Exercise —
Some entries follow. Reproduce exactly the lines starting at the one with "#110=ADVANCED_FACE('',(#99,#108),#109,.F.);" and stopping after the one with "#141=ORIENTED_EDGE('',*,*,#53,.T.);".
--- Entries supplied Enclosed Below ---
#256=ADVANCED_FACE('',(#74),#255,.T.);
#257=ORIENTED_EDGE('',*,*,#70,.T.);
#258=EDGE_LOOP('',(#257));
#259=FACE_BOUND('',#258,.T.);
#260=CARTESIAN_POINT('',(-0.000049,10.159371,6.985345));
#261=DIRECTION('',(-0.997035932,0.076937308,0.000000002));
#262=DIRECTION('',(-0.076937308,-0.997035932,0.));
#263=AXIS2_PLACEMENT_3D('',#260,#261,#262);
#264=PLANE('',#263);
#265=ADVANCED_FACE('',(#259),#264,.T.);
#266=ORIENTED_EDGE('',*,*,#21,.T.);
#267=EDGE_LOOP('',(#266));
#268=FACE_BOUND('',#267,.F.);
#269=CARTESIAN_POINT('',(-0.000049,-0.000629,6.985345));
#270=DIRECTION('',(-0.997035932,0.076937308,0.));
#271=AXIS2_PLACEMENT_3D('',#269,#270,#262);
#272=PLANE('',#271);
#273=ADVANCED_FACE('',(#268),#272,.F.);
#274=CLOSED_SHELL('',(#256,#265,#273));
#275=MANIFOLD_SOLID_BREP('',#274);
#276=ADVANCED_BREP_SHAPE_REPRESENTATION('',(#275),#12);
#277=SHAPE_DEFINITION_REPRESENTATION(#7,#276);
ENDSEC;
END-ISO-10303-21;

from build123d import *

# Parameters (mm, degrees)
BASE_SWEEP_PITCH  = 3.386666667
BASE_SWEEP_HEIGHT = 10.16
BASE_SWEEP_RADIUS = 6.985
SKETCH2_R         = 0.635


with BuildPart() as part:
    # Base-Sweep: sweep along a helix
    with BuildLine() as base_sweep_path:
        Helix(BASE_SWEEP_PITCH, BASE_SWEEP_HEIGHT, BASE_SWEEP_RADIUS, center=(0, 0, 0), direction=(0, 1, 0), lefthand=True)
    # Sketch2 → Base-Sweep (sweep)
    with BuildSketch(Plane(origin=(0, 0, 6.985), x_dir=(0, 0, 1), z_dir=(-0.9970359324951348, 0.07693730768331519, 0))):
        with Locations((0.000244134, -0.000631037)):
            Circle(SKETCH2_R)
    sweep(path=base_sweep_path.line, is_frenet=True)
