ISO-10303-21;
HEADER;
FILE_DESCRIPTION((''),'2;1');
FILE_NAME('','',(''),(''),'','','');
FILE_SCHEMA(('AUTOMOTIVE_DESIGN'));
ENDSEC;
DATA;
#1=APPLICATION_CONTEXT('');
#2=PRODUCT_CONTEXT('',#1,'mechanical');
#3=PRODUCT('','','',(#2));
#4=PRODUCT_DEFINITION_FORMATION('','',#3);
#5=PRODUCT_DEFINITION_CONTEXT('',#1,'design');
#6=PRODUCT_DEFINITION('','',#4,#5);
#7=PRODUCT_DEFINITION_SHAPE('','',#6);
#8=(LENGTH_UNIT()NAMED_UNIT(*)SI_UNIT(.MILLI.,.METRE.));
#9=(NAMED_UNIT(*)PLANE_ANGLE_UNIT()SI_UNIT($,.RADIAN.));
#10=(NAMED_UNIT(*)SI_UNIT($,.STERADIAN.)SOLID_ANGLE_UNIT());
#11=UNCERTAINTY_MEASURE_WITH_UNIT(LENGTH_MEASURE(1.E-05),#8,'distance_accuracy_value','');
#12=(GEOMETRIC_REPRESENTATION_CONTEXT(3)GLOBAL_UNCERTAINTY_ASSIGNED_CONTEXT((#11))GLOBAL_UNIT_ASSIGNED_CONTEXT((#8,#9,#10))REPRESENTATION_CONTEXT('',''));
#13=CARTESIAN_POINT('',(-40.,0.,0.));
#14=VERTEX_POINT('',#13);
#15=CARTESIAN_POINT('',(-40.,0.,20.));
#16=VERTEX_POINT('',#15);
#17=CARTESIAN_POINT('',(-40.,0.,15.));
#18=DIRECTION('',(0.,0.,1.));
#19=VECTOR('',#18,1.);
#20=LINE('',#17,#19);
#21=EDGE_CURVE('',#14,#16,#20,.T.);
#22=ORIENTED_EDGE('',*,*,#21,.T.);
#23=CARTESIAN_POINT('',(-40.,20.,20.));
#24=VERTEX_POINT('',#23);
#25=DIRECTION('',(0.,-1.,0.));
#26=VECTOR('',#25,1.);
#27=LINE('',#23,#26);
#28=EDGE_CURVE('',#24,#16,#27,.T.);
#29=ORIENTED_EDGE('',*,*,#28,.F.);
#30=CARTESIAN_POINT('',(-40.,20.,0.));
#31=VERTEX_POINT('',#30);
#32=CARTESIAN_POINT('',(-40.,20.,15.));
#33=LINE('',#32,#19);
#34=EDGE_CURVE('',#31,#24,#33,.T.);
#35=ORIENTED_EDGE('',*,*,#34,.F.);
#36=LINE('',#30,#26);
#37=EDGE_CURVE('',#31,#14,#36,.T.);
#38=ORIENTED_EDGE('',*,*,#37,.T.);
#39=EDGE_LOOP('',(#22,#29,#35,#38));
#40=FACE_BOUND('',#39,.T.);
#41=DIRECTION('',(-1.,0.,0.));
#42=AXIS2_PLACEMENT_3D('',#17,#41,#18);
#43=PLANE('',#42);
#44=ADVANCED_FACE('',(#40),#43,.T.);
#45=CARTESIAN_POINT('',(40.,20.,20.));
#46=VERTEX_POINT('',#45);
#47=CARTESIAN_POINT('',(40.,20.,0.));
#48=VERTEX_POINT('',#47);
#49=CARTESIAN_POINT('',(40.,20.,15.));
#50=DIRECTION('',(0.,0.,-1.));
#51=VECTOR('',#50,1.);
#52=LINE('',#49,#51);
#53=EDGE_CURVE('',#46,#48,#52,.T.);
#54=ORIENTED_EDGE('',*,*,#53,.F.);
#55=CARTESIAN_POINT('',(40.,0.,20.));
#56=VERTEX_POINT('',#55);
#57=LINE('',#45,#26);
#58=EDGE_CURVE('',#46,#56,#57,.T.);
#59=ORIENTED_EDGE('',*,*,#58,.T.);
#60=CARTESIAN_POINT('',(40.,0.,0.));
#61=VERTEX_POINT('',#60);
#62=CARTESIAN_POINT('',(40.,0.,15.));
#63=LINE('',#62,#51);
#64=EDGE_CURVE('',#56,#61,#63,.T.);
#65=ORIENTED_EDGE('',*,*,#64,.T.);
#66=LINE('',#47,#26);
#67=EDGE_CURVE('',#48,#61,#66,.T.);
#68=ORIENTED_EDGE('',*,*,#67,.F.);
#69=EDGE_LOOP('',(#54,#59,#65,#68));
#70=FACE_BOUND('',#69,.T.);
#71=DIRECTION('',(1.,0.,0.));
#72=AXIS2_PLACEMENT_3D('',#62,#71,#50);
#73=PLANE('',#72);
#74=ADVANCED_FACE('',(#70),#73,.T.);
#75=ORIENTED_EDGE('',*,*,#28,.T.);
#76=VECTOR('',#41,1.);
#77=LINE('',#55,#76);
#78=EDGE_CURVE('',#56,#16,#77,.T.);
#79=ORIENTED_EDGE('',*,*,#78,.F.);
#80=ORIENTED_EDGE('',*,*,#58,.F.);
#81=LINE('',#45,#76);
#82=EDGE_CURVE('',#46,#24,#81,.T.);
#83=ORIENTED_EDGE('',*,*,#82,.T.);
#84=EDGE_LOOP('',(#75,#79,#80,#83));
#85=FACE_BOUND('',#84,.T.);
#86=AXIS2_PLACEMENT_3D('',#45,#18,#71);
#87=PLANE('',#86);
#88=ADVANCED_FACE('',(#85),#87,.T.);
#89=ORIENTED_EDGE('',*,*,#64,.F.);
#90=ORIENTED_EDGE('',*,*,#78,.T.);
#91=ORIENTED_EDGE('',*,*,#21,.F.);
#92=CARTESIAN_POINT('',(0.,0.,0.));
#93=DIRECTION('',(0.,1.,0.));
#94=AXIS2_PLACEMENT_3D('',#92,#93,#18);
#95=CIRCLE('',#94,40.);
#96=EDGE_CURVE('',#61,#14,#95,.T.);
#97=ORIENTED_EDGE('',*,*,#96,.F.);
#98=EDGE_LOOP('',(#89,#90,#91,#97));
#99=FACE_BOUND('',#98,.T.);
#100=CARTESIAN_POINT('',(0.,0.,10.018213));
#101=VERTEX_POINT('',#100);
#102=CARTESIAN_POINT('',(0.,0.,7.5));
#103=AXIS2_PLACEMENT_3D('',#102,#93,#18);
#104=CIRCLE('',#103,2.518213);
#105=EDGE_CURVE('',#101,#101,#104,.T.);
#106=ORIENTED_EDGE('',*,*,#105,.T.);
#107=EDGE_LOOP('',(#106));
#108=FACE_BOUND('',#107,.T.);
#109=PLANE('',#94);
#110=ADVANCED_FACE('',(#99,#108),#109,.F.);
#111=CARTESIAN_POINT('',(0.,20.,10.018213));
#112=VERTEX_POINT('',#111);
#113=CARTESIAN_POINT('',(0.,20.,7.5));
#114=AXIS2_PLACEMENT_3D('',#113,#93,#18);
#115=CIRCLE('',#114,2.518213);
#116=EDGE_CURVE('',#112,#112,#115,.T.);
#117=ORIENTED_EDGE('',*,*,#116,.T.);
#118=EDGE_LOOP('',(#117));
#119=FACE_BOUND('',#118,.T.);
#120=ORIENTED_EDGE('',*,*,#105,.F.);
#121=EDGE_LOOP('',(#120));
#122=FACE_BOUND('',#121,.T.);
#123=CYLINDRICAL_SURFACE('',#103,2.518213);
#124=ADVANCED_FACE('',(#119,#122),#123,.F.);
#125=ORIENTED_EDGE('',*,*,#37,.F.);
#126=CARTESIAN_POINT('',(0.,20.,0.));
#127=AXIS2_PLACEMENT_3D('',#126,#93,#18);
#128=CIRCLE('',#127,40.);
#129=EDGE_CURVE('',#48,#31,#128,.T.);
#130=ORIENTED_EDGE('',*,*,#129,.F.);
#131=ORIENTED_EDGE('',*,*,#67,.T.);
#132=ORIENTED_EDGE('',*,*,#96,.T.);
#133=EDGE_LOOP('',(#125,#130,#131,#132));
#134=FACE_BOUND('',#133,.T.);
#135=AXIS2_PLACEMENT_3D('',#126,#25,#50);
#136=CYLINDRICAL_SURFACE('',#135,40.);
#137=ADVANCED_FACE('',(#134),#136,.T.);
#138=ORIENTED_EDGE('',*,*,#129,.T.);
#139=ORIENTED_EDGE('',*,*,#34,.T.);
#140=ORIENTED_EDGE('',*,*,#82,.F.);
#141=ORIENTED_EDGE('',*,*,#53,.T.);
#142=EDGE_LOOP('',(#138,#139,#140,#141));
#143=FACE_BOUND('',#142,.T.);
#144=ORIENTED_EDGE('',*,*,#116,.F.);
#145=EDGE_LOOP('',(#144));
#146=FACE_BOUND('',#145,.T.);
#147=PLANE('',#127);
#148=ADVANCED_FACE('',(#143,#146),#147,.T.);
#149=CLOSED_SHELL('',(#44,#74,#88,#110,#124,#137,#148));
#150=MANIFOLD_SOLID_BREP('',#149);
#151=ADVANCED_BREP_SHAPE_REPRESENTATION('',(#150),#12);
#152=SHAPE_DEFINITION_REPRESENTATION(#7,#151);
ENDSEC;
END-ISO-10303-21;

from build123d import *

# Parameters (mm, degrees)
BOSS_EXTRUDE1_DEPTH = 20
SKETCH3_W           = 80
SKETCH3_H           = 15
BOSS_EXTRUDE3_DEPTH = 20
SKETCH4_R           = 1.75
CUT_EXTRUDE1_DEPTH  = 20
SKETCH6_W           = 80
SKETCH6_H           = 5
BOSS_EXTRUDE4_DEPTH = 20
SKETCH7_R           = 2.518213347
CUT_EXTRUDE3_DEPTH  = 20


with BuildPart() as part:
    # Sketch1 → Boss-Extrude1 (new body)
    with BuildSketch(Plane(origin=(0, 0, 0), x_dir=(1, 0, 0), z_dir=(0, 1, 0))):
        with BuildLine():
            Line((-40, 0), (40, 0))
            ThreePointArc((40, 0), (0, 40), (-40, 0))
        make_face()
    extrude(amount=BOSS_EXTRUDE1_DEPTH)

    # Sketch3 → Boss-Extrude3 (add)
    with BuildSketch(Plane(origin=(0, 20, 0), x_dir=(1, 0, 0), z_dir=(0, 1, 0))):
        with Locations((0, -7.5)):
            Rectangle(SKETCH3_W, SKETCH3_H)
    extrude(amount=-BOSS_EXTRUDE3_DEPTH)

    # Sketch4 → Cut-Extrude1 (cut)
    with BuildSketch(Plane(origin=(0, 0, 0), x_dir=(-1, 0, 0), z_dir=(0, -1, 0))):
        with Locations(Location((0, -7.5, 0), (0, 0, 90))):
            Circle(SKETCH4_R)
    extrude(amount=-CUT_EXTRUDE1_DEPTH, mode=Mode.SUBTRACT)

    # Sketch6 → Boss-Extrude4 (add)
    with BuildSketch(Plane(origin=(0, 0, 0), x_dir=(-1, 0, 0), z_dir=(0, -1, 0))):
        with Locations((0, -17.5)):
            Rectangle(SKETCH6_W, SKETCH6_H)
    extrude(amount=-BOSS_EXTRUDE4_DEPTH)

    # Sketch7 → Cut-Extrude3 (cut)
    with BuildSketch(Plane(origin=(0, 20, 0), x_dir=(1, 0, 0), z_dir=(0, 1, 0))):
        with Locations(Location((0, -7.5, 0), (0, 0, 270))):
            Circle(SKETCH7_R)
    extrude(amount=-CUT_EXTRUDE3_DEPTH, mode=Mode.SUBTRACT)


solid = part.part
--- End of Enclosed Entries supplied ---
Response —
#110=ADVANCED_FACE('',(#99,#108),#109,.F.);
#111=CARTESIAN_POINT('',(0.,20.,10.018213));
#112=VERTEX_POINT('',#111);
#113=CARTESIAN_POINT('',(0.,20.,7.5));
#114=AXIS2_PLACEMENT_3D('',#113,#93,#18);
#115=CIRCLE('',#114,2.518213);
#116=EDGE_CURVE('',#112,#112,#115,.T.);
#117=ORIENTED_EDGE('',*,*,#116,.T.);
#118=EDGE_LOOP('',(#117));
#119=FACE_BOUND('',#118,.T.);
#120=ORIENTED_EDGE('',*,*,#105,.F.);
#121=EDGE_LOOP('',(#120));
#122=FACE_BOUND('',#121,.T.);
#123=CYLINDRICAL_SURFACE('',#103,2.518213);
#124=ADVANCED_FACE('',(#119,#122),#123,.F.);
#125=ORIENTED_EDGE('',*,*,#37,.F.);
#126=CARTESIAN_POINT('',(0.,20.,0.));
#127=AXIS2_PLACEMENT_3D('',#126,#93,#18);
#128=CIRCLE('',#127,40.);
#129=EDGE_CURVE('',#48,#31,#128,.T.);
#130=ORIENTED_EDGE('',*,*,#129,.F.);
#131=ORIENTED_EDGE('',*,*,#67,.T.);
#132=ORIENTED_EDGE('',*,*,#96,.T.);
#133=EDGE_LOOP('',(#125,#130,#131,#132));
#134=FACE_BOUND('',#133,.T.);
#135=AXIS2_PLACEMENT_3D('',#126,#25,#50);
#136=CYLINDRICAL_SURFACE('',#135,40.);
#137=ADVANCED_FACE('',(#134),#136,.T.);
#138=ORIENTED_EDGE('',*,*,#129,.T.);
#139=ORIENTED_EDGE('',*,*,#34,.T.);
#140=ORIENTED_EDGE('',*,*,#82,.F.);
#141=ORIENTED_EDGE('',*,*,#53,.T.);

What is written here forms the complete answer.